Mobile robot designers frequently look to computer vision to solve navigation, obstacle avoidance, and object detection problems. Potential solutions using low-cost video cameras are particularly alluring. Recent results in 3D scene reconstruction from a single moving camera seem particularly relevant, but robot designers who attempt to use such 3D techniques have uncovered a variety of practical concerns. We present lessons-learned from developing a single-camera 3D scene reconstruction system that provides both a real-time camera motion estimate and a rough model of major 3D structures in the robot’s vicinity. Our objective is to use the motion estimate to supplement GPS (indoors in particular) and to use the model to provide guidance for further vision processing (look for signs on walls, obstacles on the ground, etc.). The computational geometry involved is closely related to traditional two-camera stereo, however a number of degenerate cases exist. We also demonstrate how SFM can use used to improve the performance of two specific robot navigation tasks.

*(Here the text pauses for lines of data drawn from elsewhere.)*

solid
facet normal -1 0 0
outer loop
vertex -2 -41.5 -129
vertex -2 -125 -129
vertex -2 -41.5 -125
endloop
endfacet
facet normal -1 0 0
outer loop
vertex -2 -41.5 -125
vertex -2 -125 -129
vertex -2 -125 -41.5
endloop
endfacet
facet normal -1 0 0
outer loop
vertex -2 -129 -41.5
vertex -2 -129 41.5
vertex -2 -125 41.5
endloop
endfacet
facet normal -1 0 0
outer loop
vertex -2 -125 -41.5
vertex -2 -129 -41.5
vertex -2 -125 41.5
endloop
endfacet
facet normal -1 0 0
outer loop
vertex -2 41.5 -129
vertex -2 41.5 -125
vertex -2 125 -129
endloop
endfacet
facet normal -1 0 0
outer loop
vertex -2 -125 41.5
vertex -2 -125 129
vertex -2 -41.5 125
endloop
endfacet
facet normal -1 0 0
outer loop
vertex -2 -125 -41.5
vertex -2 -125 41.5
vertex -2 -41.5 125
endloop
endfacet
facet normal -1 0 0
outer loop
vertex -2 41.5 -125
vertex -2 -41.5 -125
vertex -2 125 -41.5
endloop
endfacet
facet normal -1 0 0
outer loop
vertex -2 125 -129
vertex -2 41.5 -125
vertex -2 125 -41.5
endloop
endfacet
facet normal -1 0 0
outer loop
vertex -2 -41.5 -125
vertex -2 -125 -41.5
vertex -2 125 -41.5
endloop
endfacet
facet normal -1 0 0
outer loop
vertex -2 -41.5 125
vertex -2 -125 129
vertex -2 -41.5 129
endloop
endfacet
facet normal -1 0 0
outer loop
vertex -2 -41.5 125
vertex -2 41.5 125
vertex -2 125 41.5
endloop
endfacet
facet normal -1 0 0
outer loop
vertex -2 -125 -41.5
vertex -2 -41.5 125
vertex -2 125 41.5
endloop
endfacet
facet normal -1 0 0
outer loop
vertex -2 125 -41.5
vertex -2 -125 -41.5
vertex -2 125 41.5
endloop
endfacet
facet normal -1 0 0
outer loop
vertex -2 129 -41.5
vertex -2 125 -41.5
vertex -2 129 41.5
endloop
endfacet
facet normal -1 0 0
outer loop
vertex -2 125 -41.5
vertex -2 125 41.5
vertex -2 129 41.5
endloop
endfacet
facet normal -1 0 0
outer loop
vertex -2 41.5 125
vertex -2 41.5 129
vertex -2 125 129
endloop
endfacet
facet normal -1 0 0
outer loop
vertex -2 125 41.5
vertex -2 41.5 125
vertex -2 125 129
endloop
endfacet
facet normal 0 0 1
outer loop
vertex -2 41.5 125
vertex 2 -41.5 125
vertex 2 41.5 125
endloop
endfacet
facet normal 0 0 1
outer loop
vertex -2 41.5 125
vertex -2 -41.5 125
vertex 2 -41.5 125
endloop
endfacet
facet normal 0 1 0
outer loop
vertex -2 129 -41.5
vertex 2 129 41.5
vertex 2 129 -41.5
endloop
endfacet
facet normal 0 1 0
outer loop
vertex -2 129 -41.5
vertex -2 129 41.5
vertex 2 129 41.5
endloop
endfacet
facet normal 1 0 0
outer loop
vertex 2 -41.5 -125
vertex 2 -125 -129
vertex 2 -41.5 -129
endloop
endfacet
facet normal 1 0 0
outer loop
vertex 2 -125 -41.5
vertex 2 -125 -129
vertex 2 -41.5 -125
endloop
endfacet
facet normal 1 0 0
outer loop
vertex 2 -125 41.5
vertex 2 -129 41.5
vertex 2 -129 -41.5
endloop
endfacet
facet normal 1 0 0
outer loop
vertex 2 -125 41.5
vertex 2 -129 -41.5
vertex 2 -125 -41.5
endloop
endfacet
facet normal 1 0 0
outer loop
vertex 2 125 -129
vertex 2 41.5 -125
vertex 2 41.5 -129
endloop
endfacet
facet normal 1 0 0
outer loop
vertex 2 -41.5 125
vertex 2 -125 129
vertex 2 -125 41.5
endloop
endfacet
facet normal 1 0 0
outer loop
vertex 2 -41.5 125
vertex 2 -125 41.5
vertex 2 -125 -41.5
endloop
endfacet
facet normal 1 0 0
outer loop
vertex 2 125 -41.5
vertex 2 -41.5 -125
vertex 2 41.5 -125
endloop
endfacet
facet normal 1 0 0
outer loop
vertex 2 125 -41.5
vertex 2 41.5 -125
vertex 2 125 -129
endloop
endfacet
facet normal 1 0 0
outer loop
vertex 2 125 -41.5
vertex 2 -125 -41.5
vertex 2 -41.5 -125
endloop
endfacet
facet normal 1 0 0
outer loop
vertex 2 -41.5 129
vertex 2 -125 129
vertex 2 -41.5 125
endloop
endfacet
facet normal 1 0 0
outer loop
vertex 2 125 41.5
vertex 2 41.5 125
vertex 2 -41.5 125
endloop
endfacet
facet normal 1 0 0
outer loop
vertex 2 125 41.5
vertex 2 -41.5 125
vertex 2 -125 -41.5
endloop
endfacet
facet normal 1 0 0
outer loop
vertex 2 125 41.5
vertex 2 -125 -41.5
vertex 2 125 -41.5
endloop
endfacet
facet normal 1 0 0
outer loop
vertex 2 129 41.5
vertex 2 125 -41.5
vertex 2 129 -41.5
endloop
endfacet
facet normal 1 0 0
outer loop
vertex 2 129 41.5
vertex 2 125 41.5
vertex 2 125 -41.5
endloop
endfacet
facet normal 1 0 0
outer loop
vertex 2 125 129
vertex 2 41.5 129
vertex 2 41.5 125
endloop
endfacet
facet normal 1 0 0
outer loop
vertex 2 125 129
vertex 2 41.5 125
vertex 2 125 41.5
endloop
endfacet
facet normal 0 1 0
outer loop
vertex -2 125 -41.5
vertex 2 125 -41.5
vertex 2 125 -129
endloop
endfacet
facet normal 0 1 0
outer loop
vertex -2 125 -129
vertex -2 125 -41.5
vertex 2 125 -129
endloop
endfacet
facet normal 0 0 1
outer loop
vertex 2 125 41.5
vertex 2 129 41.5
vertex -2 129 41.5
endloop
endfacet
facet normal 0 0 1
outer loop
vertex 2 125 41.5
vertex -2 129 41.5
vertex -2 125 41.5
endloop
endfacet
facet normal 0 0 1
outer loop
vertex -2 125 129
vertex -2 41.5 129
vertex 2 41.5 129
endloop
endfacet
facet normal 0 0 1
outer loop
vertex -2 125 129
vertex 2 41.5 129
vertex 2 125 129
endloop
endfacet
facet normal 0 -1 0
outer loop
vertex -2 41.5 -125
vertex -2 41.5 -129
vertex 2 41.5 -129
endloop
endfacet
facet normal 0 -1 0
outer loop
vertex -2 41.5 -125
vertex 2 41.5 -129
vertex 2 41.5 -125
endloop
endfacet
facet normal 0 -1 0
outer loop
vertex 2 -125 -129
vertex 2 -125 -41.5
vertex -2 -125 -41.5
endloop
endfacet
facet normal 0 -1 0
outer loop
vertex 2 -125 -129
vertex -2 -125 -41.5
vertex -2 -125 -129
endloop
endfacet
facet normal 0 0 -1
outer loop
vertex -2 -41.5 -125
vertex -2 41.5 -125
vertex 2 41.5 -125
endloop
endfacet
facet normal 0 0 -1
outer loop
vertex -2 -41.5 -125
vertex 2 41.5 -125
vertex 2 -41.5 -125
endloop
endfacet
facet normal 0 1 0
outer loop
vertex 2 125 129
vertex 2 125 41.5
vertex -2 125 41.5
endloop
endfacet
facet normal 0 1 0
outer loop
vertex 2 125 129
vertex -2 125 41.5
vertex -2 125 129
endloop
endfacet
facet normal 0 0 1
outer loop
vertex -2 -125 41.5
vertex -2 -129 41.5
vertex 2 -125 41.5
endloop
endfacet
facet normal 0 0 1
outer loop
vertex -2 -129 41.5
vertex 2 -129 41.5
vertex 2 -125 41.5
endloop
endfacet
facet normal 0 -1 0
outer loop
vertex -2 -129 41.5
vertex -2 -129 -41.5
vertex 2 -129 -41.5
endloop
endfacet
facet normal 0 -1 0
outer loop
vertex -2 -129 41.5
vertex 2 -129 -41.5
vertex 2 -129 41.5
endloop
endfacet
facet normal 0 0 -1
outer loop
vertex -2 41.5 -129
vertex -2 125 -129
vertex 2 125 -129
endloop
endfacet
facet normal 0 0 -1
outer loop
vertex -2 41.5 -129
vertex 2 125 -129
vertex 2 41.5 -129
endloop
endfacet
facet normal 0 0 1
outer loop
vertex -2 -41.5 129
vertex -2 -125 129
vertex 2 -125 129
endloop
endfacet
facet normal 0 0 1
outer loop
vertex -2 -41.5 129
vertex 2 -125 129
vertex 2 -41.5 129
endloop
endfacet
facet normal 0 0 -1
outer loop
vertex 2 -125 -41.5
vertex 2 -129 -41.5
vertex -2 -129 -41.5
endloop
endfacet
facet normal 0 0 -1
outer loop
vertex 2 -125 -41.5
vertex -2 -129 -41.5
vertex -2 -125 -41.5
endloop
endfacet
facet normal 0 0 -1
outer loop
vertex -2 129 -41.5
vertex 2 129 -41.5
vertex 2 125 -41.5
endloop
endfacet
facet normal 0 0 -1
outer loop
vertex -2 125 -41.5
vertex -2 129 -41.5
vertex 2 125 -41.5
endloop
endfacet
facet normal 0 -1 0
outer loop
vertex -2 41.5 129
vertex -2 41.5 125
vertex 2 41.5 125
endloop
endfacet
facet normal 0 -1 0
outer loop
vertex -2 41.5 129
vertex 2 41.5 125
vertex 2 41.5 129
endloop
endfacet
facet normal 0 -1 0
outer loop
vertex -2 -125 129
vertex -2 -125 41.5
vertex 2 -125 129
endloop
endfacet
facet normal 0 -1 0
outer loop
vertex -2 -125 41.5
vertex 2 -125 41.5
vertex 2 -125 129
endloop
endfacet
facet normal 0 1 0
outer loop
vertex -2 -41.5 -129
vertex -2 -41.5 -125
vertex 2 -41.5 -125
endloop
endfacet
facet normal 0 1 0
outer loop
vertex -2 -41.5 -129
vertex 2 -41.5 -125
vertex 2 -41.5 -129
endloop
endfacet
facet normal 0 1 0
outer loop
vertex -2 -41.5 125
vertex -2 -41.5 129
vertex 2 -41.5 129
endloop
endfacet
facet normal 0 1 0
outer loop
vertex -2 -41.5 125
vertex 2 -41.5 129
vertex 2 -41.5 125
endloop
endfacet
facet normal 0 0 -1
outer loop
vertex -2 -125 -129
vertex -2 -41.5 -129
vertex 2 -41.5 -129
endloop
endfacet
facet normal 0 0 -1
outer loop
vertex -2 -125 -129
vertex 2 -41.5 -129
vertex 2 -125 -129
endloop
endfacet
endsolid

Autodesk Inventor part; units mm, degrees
ref_plane "YZ Plane" through (0, 0, 0) normal (1, 0, 0) x (0, 1, 0)
ref_plane "XZ Plane" through (0, 0, 0) normal (0, 1, 0) x (-1, 0, 0)
ref_plane "XY Plane" through (0, 0, 0) normal (0, 0, 1) x (1, 0, 0)
sketch "Esboço1" plane through (0, 0, 0) normal (1, 0, 0) x (0, 1, 0)
  line L0 (-129, 129) -> (129, 129)
  line L1 (129, 129) -> (129, -129)
  line L2 (129, -129) -> (-129, -129)
  line L3 (-129, -129) -> (-129, 129)
  line L4 (-129, 129) -> (129, -129) construction
  line L5 (129, 129) -> (-129, -129) construction
  point P0 (0, 0)
  dimension "d0" = 258
  dimension "d1" = 258
extrude "Extrusão1" add sketch "Esboço1" along normal mid plane 4
sketch "Esboço2" plane through (2, 0, 0) normal (1, 0, 0) x (0, 0, -1)
  line L0 (129, 129) -> (-129, 129) projected
  line L1 (-129, 129) -> (-41.5, 129)
  line L2 (-41.5, 129) -> (-41.5, 125)
  line L3 (-41.5, 125) -> (-129, 125)
  line L4 (-129, 125) -> (-129, 129)
  line L5 (129, 129) -> (41.5, 129)
  line L6 (41.5, 129) -> (41.5, 125)
  line L7 (41.5, 125) -> (129, 125)
  line L8 (129, 125) -> (129, 129)
  line L9 (-129, 129) -> (-129, -129) projected
  line L10 (-129, -129) -> (-41.5, -129)
  line L11 (-41.5, -129) -> (-41.5, -125)
  line L12 (-41.5, -125) -> (-129, -125)
  line L13 (-129, -125) -> (-129, -129)
  line L14 (129, -129) -> (129, 129) projected
  line L15 (129, -129) -> (41.5, -129)
  line L16 (41.5, -129) -> (41.5, -125)
  line L17 (41.5, -125) -> (129, -125)
  line L18 (129, -125) -> (129, -129)
  point P0 (0, 0)
  point P1 (129, -125)
  dimension "d4" = 87.5
  dimension "d5" = 4
  dimension "d6" = 87.5
  dimension "d7" = 4
  dimension "d8" = 83
  dimension "d9" = 87.5
  dimension "d10" = 4
  dimension "d11" = 87.5
  dimension "d12" = 4
  dimension "d13" = 83
extrude "Extrusão2" cut sketch "Esboço2" along normal through all both and the other way through all
sketch "Esboço3" plane through (2, 0, 0) normal (1, 0, 0) x (0, 0, -1)
  line L0 (-125, 41.5) -> (-133, 41.5)
  line L1 (-133, 41.5) -> (-133, -41.5)
  line L2 (-133, -41.5) -> (-125, -41.5)
  line L3 (-125, -41.5) -> (-125, 41.5)
  line L4 (-129, -125) -> (-129, 125) projected
  line L5 (-125, 41.5) -> (-133, -41.5) construction
  line L6 (-133, 41.5) -> (-125, -41.5) construction
  line L7 (125, -41.5) -> (133, -41.5)
  line L8 (133, -41.5) -> (133, 41.5)
  line L9 (133, 41.5) -> (125, 41.5)
  line L10 (125, 41.5) -> (125, -41.5)
  line L11 (129, 125) -> (129, -125) projected
  line L12 (125, -41.5) -> (133, 41.5) construction
  line L13 (133, -41.5) -> (125, 41.5) construction
  line L14 (-41.5, 125) -> (-129, 125) projected
  line L15 (-129, -125) -> (-41.5, -125) projected
  line L16 (129, 125) -> (41.5, 125) projected
  line L17 (41.5, -125) -> (129, -125) projected
  point P0 (0, 0)
  point P1 (-129, 0)
  point P2 (129, 0)
  dimension "d16" = 83
  dimension "d17" = 8
  dimension "d18" = 8
  dimension "d19" = 83
  dimension "d20" = 83.5
  dimension "d21" = 83.5
  dimension "d22" = 83.5
  dimension "d23" = 83.5
extrude "Extrusão3" cut sketch "Esboço3" along normal through all both and the other way through all
sketch "Esboço4" plane through (2, 0, 0) normal (1, 0, 0) x (0, 0, -1)
  point P0 (0, 0)
properties part number "FUNDO POÇO"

The success of any potential application for mobile robots depends largely on the specific environment where the application takes place. Practical applications are rarely found in highly structured environments, but unstructured environments (such as natural terrain) pose major challenges to any mobile robot. We believe that semi-structured environments-such as parking lots-provide a good opportunity for successful mobile robot applications. Parking lots tend to be flat and smooth, and cars can be uniquely identified by their license plates. Our scenario is a parking lot where only known vehicles are supposed to park. The robot looks for vehicles that do not belong in the parking lot. It checks both license plates and vehicle types, in case the plate is stolen from an approved vehicle. It operates autonomously, but reports back to a guard who verifies its performance. Our interest is in developing the robot's vision system, which we call Scene Estimation & Situational Awareness Mapping Engine (SESAME). In this paper, we present initial results from the development of two SESAME subsystems, the ego-location and license plate detection systems. While their ultimate goals are obviously quite different, our design demonstrates that by sharing intermediate results, both tasks can be significantly simplified. The inspiration for this design approach comes from the basic tenets of Situational Awareness (SA), where the benefits of holistic perception are clearly demonstrated over the more typical designs that attempt to solve each sensing/perception problem in isolation.